Your goal
In the material below, the required lines run from the one containing "#409=CARTESIAN_POINT('',(6.492053,16.,5.922171));" through the one containing "M4X0_7_TAPPED_HOLE3_CSINK_ANGLE = 90". Copy those lines exactly, ends included, and nothing else.

Dataset content

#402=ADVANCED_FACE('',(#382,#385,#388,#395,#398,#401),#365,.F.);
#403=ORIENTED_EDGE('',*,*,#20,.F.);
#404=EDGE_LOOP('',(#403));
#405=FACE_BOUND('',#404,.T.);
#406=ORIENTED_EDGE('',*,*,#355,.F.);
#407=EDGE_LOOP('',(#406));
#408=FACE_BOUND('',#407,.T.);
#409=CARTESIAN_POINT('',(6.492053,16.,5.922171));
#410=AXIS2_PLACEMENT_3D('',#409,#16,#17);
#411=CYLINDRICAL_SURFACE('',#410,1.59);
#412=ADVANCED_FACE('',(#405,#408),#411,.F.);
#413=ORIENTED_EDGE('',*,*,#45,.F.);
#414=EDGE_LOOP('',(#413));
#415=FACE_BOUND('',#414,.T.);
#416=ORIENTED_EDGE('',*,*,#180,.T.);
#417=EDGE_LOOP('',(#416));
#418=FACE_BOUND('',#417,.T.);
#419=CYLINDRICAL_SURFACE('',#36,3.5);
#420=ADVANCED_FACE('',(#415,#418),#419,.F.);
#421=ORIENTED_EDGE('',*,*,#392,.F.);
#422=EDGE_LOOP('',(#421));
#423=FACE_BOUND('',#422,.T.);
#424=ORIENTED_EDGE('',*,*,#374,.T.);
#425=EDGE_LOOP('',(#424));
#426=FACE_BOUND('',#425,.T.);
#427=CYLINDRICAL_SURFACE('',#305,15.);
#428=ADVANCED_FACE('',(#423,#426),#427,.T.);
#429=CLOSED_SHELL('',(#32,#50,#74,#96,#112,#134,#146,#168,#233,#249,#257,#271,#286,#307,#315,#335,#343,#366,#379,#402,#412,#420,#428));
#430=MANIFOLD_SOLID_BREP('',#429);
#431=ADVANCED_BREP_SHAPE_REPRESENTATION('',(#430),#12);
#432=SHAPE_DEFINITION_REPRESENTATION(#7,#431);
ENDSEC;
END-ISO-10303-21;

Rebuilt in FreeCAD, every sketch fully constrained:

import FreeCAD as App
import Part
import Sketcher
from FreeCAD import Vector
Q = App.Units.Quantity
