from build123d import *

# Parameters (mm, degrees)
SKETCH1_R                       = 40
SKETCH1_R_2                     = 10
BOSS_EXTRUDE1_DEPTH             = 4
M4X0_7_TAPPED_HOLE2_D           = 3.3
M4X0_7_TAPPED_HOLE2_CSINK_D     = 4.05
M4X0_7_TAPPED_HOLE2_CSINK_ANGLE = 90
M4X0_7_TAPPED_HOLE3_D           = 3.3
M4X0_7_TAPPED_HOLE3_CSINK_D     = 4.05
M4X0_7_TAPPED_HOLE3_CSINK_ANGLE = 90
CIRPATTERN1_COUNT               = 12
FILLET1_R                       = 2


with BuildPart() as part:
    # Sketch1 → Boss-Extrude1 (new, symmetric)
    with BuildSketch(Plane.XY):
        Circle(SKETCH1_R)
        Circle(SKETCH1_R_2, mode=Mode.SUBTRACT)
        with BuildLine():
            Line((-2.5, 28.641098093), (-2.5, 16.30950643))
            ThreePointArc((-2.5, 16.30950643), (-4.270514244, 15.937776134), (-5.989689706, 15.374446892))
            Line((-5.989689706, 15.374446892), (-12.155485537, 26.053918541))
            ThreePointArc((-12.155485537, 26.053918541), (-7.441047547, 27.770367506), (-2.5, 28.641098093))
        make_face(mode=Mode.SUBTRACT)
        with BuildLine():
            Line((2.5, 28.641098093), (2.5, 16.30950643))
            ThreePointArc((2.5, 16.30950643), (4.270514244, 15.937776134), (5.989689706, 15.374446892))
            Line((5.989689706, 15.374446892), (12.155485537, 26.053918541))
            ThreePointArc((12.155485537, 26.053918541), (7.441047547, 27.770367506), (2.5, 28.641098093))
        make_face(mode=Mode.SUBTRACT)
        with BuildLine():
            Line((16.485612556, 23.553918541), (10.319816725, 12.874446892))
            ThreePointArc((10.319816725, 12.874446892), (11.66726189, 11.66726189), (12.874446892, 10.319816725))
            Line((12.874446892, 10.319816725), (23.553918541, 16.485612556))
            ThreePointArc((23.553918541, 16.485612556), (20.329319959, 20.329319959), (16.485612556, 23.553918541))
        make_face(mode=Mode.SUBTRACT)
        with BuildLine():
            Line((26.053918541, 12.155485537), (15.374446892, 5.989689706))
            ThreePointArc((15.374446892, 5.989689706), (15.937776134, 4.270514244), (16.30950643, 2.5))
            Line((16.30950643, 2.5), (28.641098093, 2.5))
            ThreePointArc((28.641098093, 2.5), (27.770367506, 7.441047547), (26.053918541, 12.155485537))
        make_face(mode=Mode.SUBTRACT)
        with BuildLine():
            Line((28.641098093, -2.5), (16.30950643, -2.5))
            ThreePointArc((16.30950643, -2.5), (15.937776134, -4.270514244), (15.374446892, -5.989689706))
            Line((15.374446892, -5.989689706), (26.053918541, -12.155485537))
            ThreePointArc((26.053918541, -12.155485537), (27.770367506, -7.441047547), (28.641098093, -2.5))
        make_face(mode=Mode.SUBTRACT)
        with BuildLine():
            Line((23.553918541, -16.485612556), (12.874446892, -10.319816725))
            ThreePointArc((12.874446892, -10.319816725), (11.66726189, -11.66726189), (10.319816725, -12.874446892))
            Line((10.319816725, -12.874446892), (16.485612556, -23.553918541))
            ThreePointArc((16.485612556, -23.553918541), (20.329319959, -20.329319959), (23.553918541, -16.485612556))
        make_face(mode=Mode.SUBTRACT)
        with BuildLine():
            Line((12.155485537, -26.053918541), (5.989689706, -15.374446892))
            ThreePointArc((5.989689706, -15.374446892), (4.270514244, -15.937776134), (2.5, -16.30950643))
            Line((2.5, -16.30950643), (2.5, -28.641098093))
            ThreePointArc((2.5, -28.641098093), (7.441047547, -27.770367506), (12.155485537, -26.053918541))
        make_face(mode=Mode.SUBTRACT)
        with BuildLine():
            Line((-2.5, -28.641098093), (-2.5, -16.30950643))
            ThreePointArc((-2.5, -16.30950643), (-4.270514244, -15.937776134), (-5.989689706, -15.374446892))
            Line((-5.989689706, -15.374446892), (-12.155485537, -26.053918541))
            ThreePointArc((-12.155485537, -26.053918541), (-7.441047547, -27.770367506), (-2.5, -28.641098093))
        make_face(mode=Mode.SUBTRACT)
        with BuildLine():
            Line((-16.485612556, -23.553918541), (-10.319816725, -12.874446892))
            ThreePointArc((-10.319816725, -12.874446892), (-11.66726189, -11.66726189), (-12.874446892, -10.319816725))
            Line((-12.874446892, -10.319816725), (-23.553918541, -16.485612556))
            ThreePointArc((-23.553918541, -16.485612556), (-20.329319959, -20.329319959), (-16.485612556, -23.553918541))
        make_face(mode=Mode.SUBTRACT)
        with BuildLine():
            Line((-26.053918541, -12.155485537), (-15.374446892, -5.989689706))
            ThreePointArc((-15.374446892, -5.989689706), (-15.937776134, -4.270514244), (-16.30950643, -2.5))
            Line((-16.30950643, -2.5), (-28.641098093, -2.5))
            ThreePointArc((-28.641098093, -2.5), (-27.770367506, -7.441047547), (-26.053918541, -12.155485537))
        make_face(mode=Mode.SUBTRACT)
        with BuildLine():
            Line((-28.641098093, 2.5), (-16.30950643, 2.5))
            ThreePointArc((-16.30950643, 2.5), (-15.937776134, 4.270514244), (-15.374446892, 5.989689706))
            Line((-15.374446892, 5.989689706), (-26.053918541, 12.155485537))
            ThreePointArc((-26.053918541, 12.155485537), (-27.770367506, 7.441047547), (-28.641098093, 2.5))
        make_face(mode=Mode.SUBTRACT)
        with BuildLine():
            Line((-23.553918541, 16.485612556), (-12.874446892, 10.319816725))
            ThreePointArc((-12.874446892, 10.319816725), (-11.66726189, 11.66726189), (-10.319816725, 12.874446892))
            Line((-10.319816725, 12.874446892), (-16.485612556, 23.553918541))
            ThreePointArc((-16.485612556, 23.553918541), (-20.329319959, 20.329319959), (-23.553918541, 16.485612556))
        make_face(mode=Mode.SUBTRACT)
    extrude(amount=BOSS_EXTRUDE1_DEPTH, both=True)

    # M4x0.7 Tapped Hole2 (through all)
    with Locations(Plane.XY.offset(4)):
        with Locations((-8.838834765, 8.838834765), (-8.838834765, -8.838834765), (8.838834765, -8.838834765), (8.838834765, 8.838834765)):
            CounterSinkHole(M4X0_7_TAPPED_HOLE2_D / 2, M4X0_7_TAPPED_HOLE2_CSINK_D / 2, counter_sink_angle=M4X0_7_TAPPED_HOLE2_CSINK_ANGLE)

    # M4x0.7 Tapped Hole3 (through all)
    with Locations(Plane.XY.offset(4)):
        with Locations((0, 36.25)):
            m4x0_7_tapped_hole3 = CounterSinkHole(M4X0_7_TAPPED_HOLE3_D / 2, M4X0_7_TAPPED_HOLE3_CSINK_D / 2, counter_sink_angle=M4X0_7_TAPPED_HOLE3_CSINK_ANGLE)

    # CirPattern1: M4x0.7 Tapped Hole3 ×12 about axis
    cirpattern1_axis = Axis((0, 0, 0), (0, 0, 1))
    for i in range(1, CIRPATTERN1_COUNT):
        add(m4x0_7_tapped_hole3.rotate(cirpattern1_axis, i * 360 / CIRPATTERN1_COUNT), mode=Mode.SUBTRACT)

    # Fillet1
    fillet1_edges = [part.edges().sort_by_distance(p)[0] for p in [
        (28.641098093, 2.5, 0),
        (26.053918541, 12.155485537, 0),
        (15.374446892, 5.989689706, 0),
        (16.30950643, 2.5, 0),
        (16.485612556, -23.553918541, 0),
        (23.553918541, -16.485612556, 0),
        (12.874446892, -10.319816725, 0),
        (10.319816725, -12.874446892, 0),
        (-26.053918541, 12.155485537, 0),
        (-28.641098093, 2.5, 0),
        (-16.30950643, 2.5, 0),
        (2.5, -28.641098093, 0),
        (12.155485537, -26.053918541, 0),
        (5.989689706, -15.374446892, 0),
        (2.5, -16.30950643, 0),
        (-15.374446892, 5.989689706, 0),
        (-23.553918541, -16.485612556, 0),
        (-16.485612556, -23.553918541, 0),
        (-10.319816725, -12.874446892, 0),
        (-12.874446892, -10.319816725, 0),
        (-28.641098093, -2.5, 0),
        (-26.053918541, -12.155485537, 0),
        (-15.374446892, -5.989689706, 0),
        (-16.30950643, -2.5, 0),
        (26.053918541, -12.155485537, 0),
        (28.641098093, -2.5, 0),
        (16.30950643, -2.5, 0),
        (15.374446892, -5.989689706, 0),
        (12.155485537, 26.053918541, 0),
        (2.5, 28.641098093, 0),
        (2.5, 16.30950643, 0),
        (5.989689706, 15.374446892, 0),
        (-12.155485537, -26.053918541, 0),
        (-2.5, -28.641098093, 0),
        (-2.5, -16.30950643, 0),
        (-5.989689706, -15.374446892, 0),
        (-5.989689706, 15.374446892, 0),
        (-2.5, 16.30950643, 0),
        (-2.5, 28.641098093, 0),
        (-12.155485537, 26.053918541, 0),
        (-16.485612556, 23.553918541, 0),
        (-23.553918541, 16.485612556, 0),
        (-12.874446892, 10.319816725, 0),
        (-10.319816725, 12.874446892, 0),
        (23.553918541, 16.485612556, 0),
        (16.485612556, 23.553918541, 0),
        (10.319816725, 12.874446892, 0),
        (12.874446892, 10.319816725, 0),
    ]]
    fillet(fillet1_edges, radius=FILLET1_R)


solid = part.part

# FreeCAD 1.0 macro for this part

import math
import FreeCAD as App
import Part
import Sketcher
from FreeCAD import Vector
Q = App.Units.Quantity


def edges_at(feature, points):
    """Names of the edges that pass closest to the given points."""
    edges = feature.Shape.Edges
    near = lambda p: min(range(len(edges)), key=lambda i: edges[i].distToShape(Part.Vertex(*p))[0])
    return sorted({f"Edge{near(p) + 1}" for p in points})

doc = App.newDocument("Part")
params = doc.addObject("Spreadsheet::Sheet", "Params")
for row, (alias, value) in enumerate([
    ("sketch1_diameter", "80 mm"),
    ("sketch1_diameter2", "20 mm"),
    ("sketch1_radius", "16.5 mm"),
    ("sketch1_radius2", "28.75 mm"),
    ("pad1_length", "8 mm"),
    ("sketch2_diameter", "3.3 mm"),
    ("hole_diameter", "3.3 mm"),
    ("hole_csink_diameter", "4.05 mm"),
    ("sketch3_diameter", "3.3 mm"),
    ("hole2_diameter", "3.3 mm"),
    ("hole2_csink_diameter", "4.05 mm"),
    ("fillet_radius", "2 mm"),
], start=1):
    params.set(f"A{row}", alias)
    params.set(f"B{row}", "=" + value)
    params.setAlias(f"B{row}", alias)

body = doc.addObject("PartDesign::Body", "Body")

# Sketch on XY plane
sketch1 = doc.addObject("Sketcher::SketchObject", "Sketch")
body.addObject(sketch1)
sketch1.AttachmentSupport = (doc.XY_Plane, [""])
sketch1.MapMode = "FlatFace"
sketch1.addGeometry([
    Part.Circle(Vector(0, 0, 0), Vector(0, 0, 1), 40),  # 0
    Part.LineSegment(Vector(-10.319817, -12.874447, 0), Vector(-16.485613, -23.553919, 0)),  # 1
    Part.ArcOfCircle(Part.Circle(Vector(0, 0, 0), Vector(0, 0, 1), 28.75), math.radians(-145.011458), math.radians(-124.988542)),  # 2
    Part.LineSegment(Vector(-23.553919, -16.485613, 0), Vector(-12.874447, -10.319817, 0)),  # 3
    Part.ArcOfCircle(Part.Circle(Vector(0, 0, 0), Vector(0, 0, 1), 16.5), math.radians(-141.285258), math.radians(-128.714742)),  # 4
    Part.LineSegment(Vector(-2.5, -16.309506, 0), Vector(-2.5, -28.641098, 0)),  # 5
    Part.ArcOfCircle(Part.Circle(Vector(0, 0, 0), Vector(0, 0, 1), 28.75), math.radians(-115.011458), math.radians(-94.988542)),  # 6
    Part.LineSegment(Vector(-12.155486, -26.053919, 0), Vector(-5.98969, -15.374447, 0)),  # 7
    Part.ArcOfCircle(Part.Circle(Vector(0, 0, 0), Vector(0, 0, 1), 16.5), math.radians(-111.285258), math.radians(-98.714742)),  # 8
    Part.LineSegment(Vector(-15.374447, -5.98969, 0), Vector(-26.053919, -12.155486, 0)),  # 9
    Part.ArcOfCircle(Part.Circle(Vector(0, 0, 0), Vector(0, 0, 1), 28.75), math.radians(-175.011458), math.radians(-154.988542)),  # 10
    Part.LineSegment(Vector(-28.641098, -2.5, 0), Vector(-16.309506, -2.5, 0)),  # 11
    Part.ArcOfCircle(Part.Circle(Vector(0, 0, 0), Vector(0, 0, 1), 16.5), math.radians(-171.285258), math.radians(-158.714742)),  # 12
    Part.LineSegment(Vector(5.98969, -15.374447, 0), Vector(12.155486, -26.053919, 0)),  # 13
    Part.ArcOfCircle(Part.Circle(Vector(0, 0, 0), Vector(0, 0, 1), 28.75), math.radians(-85.011458), math.radians(-64.988542)),  # 14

Solution
#409=CARTESIAN_POINT('',(6.492053,16.,5.922171));
#410=AXIS2_PLACEMENT_3D('',#409,#16,#17);
#411=CYLINDRICAL_SURFACE('',#410,1.59);
#412=ADVANCED_FACE('',(#405,#408),#411,.F.);
#413=ORIENTED_EDGE('',*,*,#45,.F.);
#414=EDGE_LOOP('',(#413));
#415=FACE_BOUND('',#414,.T.);
#416=ORIENTED_EDGE('',*,*,#180,.T.);
#417=EDGE_LOOP('',(#416));
#418=FACE_BOUND('',#417,.T.);
#419=CYLINDRICAL_SURFACE('',#36,3.5);
#420=ADVANCED_FACE('',(#415,#418),#419,.F.);
#421=ORIENTED_EDGE('',*,*,#392,.F.);
#422=EDGE_LOOP('',(#421));
#423=FACE_BOUND('',#422,.T.);
#424=ORIENTED_EDGE('',*,*,#374,.T.);
#425=EDGE_LOOP('',(#424));
#426=FACE_BOUND('',#425,.T.);
#427=CYLINDRICAL_SURFACE('',#305,15.);
#428=ADVANCED_FACE('',(#423,#426),#427,.T.);
#429=CLOSED_SHELL('',(#32,#50,#74,#96,#112,#134,#146,#168,#233,#249,#257,#271,#286,#307,#315,#335,#343,#366,#379,#402,#412,#420,#428));
#430=MANIFOLD_SOLID_BREP('',#429);
#431=ADVANCED_BREP_SHAPE_REPRESENTATION('',(#430),#12);
#432=SHAPE_DEFINITION_REPRESENTATION(#7,#431);
ENDSEC;
END-ISO-10303-21;

Rebuilt in FreeCAD, every sketch fully constrained:

import FreeCAD as App
import Part
import Sketcher
from FreeCAD import Vector
Q = App.Units.Quantity
from build123d import *

# Parameters (mm, degrees)
SKETCH1_R                       = 40
SKETCH1_R_2                     = 10
BOSS_EXTRUDE1_DEPTH             = 4
M4X0_7_TAPPED_HOLE2_D           = 3.3
M4X0_7_TAPPED_HOLE2_CSINK_D     = 4.05
M4X0_7_TAPPED_HOLE2_CSINK_ANGLE = 90
M4X0_7_TAPPED_HOLE3_D           = 3.3
M4X0_7_TAPPED_HOLE3_CSINK_D     = 4.05
M4X0_7_TAPPED_HOLE3_CSINK_ANGLE = 90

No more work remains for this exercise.